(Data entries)
:::::
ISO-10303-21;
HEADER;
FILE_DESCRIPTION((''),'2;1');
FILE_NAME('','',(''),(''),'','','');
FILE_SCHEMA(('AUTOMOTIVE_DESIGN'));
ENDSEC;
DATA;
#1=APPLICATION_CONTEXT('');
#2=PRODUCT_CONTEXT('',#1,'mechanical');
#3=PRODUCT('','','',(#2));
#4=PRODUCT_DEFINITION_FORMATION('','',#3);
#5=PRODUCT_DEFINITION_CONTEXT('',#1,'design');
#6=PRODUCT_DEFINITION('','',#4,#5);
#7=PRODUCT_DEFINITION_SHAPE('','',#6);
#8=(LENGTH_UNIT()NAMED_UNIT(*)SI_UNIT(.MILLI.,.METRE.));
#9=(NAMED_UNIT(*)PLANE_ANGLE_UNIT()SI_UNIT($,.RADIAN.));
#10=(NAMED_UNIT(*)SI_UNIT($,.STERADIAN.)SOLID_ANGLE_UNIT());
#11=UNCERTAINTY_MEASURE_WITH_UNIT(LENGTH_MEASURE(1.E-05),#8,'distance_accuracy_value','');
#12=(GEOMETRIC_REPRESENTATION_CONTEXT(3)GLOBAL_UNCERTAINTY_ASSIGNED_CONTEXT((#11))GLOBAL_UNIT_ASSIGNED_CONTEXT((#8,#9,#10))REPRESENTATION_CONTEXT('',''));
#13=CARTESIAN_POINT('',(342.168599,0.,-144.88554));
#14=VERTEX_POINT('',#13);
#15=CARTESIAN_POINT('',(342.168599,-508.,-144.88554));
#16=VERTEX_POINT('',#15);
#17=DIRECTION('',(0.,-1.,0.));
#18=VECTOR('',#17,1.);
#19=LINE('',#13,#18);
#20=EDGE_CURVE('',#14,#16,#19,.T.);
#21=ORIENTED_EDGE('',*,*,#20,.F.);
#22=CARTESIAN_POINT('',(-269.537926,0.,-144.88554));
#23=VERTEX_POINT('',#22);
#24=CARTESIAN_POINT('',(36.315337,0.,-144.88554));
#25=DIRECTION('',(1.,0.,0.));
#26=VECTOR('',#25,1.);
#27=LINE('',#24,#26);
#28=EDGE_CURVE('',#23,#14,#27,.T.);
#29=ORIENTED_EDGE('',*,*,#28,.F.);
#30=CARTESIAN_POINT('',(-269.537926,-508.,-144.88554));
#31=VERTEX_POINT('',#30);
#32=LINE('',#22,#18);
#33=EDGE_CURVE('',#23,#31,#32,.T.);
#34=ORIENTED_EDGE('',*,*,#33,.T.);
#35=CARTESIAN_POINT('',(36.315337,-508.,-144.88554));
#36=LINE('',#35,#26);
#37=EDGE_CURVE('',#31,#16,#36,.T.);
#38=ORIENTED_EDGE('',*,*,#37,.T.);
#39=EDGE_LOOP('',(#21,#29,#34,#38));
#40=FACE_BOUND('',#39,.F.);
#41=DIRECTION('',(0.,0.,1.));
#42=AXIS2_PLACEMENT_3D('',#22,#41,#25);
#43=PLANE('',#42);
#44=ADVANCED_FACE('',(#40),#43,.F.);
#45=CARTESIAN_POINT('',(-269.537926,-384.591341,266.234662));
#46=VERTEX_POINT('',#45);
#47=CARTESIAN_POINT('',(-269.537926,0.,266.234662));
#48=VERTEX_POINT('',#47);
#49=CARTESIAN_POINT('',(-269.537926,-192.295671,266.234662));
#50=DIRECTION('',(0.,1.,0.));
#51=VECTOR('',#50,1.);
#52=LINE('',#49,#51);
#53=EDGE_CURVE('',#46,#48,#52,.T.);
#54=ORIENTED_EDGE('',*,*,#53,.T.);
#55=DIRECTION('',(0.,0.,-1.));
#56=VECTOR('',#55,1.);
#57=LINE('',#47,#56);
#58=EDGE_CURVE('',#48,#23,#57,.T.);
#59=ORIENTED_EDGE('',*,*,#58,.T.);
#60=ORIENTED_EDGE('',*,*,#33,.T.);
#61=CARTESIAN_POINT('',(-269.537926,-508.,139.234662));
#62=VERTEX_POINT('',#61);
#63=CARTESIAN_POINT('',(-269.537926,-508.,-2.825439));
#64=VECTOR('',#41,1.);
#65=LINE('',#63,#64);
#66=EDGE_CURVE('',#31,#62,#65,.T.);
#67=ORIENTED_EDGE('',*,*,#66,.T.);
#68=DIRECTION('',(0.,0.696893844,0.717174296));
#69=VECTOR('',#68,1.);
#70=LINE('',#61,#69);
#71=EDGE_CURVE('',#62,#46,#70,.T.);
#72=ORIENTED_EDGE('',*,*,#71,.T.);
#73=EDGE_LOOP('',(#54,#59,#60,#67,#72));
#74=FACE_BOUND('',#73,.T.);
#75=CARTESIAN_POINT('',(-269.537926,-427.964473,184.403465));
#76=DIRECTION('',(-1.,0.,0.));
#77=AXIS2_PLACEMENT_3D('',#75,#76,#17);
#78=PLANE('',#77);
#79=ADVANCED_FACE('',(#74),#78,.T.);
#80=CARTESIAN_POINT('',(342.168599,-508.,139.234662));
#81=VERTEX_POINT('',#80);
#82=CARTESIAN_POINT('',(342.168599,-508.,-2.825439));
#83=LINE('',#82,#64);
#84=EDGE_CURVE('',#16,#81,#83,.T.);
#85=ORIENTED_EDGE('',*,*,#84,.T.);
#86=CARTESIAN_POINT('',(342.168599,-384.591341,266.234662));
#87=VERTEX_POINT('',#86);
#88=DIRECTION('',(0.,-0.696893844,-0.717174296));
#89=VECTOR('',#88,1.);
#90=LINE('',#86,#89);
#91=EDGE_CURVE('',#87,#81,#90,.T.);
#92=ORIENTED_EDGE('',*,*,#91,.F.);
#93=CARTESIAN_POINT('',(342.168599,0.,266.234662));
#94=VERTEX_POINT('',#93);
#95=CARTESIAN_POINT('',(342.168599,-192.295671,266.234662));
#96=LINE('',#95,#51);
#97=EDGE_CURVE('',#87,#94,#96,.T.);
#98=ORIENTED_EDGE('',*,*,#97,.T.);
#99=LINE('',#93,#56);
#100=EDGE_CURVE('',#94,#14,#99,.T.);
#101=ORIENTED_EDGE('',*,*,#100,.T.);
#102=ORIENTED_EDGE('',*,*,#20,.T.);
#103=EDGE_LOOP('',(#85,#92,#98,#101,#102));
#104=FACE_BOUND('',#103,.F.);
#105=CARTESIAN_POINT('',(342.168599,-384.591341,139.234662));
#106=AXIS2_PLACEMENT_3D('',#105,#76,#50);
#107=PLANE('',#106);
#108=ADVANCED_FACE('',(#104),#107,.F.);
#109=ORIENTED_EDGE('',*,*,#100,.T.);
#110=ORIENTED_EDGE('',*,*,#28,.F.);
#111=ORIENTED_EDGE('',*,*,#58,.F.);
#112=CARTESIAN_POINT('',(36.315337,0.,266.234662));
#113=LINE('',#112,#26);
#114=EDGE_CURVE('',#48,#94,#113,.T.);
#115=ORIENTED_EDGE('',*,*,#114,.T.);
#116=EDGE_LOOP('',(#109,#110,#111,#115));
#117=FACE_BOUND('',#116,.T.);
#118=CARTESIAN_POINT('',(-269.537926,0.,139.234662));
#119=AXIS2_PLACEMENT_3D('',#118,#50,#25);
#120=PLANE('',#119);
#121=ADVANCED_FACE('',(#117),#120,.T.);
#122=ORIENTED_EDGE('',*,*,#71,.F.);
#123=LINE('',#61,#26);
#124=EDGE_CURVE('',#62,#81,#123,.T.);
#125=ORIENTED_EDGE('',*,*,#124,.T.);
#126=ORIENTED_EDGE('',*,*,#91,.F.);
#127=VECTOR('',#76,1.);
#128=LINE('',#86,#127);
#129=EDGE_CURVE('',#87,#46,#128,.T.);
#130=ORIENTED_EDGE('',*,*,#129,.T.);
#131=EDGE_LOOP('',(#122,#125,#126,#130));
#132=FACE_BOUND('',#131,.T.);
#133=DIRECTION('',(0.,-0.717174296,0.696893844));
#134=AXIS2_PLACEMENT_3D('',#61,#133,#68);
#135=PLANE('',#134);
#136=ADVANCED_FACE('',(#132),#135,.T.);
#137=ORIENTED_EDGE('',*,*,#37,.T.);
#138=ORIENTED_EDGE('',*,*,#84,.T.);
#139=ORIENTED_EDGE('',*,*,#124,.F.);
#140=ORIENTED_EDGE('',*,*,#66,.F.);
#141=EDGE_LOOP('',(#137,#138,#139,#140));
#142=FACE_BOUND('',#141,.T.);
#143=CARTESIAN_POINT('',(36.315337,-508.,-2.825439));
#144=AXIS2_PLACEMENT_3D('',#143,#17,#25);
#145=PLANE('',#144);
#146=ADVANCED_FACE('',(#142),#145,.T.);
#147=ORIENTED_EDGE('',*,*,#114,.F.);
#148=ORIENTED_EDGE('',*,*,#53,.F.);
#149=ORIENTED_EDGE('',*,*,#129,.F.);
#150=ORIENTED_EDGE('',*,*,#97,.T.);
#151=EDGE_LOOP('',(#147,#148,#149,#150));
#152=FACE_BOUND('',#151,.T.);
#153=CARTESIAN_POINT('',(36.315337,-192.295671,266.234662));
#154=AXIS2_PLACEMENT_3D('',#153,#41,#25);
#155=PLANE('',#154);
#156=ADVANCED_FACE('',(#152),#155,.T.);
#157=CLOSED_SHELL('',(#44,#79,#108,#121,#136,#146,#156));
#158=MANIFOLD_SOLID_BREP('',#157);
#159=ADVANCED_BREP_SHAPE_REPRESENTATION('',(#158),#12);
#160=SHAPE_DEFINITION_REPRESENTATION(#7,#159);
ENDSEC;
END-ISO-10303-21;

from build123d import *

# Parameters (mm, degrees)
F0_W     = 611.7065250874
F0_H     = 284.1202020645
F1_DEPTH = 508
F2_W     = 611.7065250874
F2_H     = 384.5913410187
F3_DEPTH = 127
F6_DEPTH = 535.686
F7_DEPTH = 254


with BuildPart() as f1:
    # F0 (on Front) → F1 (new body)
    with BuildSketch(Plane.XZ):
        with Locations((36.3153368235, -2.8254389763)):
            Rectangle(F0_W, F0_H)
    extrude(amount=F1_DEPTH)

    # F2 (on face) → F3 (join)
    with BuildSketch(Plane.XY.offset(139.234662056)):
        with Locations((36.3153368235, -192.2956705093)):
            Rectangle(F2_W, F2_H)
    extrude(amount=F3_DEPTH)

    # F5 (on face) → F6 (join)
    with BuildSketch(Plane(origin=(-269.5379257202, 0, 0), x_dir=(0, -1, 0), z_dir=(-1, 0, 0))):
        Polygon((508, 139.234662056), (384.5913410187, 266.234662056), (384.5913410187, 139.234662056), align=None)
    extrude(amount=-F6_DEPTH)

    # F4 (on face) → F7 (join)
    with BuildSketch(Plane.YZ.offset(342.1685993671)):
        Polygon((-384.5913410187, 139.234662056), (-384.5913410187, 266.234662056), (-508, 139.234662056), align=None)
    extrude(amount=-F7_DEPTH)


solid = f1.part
:::::
__Task to carry out__
Find every line in the records that has the word "VECTOR". Then report the count alone.

__Completed exercise__
8